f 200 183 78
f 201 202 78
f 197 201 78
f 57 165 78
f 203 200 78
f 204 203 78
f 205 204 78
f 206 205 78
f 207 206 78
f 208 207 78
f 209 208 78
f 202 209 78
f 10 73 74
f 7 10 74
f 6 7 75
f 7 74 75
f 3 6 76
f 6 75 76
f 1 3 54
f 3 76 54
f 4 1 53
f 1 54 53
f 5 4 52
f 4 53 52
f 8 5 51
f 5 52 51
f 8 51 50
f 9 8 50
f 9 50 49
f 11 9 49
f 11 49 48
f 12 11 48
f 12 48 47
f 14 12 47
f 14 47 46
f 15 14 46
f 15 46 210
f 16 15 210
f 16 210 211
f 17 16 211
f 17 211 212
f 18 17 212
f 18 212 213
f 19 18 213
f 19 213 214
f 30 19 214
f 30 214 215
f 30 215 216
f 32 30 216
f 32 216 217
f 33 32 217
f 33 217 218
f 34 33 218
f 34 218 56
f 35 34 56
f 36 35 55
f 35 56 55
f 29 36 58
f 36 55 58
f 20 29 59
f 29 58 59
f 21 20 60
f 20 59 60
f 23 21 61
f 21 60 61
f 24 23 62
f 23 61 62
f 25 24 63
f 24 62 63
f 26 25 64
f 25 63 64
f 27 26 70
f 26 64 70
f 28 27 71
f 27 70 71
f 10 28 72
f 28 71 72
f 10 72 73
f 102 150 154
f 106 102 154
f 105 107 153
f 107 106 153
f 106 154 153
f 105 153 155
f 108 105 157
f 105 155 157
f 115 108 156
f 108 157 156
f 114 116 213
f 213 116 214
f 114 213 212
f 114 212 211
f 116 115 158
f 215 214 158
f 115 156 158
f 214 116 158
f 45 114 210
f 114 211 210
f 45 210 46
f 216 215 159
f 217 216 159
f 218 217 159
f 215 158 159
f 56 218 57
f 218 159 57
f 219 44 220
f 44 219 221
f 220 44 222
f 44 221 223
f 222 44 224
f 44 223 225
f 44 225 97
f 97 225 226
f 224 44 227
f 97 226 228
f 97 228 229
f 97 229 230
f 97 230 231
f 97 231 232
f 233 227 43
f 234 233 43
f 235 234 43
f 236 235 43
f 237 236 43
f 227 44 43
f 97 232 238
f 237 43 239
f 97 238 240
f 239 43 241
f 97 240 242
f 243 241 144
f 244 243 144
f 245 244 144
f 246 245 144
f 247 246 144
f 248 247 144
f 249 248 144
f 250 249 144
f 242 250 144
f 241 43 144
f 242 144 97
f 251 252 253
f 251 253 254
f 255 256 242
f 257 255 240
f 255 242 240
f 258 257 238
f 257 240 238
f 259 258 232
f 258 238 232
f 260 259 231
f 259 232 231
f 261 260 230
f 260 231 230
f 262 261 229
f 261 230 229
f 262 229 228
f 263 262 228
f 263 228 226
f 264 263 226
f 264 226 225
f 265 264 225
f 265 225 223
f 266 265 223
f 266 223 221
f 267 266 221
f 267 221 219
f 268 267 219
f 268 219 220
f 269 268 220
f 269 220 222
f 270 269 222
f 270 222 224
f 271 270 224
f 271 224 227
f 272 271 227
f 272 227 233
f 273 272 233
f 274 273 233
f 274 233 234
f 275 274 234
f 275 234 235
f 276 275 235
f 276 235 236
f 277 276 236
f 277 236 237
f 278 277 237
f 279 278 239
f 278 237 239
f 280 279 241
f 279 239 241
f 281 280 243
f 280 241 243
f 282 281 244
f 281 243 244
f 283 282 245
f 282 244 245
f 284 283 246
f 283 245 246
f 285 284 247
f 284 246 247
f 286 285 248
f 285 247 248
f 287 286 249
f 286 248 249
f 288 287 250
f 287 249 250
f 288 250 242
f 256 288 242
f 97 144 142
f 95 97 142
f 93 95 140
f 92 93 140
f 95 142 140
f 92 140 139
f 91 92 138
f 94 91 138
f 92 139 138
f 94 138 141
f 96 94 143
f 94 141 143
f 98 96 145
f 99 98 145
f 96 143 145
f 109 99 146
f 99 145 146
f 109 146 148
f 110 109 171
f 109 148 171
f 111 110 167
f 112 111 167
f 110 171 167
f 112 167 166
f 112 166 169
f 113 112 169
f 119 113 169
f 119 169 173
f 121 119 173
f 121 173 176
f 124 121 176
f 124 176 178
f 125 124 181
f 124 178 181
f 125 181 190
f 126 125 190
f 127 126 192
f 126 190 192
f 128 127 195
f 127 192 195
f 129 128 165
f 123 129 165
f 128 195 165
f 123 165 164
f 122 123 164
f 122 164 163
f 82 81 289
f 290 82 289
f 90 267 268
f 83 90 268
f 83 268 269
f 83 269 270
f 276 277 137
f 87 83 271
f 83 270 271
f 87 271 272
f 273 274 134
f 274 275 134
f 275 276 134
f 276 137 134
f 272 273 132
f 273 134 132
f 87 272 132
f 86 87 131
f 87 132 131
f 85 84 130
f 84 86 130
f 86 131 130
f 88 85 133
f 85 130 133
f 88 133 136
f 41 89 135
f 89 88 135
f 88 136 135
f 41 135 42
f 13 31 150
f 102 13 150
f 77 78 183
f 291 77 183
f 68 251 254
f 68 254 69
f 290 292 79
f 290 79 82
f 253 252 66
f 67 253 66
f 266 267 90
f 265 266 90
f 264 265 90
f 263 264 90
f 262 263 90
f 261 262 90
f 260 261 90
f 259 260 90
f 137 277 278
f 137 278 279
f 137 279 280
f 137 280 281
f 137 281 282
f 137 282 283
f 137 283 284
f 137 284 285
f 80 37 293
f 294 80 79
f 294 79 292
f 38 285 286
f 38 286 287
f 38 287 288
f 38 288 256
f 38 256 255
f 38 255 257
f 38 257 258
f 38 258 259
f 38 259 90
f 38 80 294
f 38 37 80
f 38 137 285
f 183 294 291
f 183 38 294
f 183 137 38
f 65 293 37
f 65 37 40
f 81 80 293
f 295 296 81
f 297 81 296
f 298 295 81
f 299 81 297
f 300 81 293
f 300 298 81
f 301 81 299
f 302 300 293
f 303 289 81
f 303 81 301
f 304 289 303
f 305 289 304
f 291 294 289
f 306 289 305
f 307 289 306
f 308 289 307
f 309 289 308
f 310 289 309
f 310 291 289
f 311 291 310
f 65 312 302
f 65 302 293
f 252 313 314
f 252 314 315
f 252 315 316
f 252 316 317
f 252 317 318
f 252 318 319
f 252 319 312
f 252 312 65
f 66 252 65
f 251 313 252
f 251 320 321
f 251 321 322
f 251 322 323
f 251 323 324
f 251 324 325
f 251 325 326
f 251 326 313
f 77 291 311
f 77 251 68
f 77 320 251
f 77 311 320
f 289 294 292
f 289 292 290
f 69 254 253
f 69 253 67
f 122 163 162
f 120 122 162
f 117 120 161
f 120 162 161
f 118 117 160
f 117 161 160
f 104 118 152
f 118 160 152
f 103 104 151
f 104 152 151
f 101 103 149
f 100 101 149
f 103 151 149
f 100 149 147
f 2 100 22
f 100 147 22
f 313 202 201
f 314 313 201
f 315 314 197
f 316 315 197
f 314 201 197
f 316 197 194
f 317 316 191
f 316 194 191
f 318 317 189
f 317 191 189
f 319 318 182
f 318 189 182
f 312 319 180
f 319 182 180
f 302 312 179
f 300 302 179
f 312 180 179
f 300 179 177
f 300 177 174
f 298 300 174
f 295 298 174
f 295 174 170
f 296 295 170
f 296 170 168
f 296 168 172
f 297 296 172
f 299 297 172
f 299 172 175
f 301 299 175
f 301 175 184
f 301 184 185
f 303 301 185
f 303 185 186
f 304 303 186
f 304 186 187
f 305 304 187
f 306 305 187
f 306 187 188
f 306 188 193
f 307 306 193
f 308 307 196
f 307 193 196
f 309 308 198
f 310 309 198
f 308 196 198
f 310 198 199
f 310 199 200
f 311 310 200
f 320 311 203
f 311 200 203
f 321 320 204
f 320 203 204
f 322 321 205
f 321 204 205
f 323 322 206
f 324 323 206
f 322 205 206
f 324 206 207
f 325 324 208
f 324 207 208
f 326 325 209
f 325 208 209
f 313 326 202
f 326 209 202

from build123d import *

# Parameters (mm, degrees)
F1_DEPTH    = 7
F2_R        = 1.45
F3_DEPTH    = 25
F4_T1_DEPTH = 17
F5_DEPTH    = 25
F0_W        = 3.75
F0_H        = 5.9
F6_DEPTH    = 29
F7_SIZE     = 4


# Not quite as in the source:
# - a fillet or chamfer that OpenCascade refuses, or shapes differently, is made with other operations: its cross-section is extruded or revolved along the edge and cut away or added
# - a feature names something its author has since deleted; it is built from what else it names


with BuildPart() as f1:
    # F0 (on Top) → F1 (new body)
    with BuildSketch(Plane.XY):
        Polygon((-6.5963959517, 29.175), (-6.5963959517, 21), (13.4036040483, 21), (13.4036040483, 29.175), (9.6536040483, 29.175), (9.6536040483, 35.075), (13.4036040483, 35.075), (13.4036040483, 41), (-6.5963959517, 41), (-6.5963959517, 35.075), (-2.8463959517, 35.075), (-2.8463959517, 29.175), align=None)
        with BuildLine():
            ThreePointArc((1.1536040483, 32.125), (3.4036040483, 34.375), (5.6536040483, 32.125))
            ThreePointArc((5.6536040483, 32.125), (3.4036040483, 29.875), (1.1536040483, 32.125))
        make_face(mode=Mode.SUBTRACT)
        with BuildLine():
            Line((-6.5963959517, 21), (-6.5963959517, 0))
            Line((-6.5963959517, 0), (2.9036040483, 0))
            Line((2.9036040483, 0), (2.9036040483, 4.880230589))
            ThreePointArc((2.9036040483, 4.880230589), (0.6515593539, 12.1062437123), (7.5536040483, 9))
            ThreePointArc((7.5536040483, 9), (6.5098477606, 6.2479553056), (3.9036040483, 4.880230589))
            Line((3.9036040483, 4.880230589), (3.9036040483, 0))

........

Each line in the data where the string "from" occurs should be identified and copied.

ANSWER TO THE EXERCISE:
from build123d import *
# - a feature names something its author has since deleted; it is built from what else it names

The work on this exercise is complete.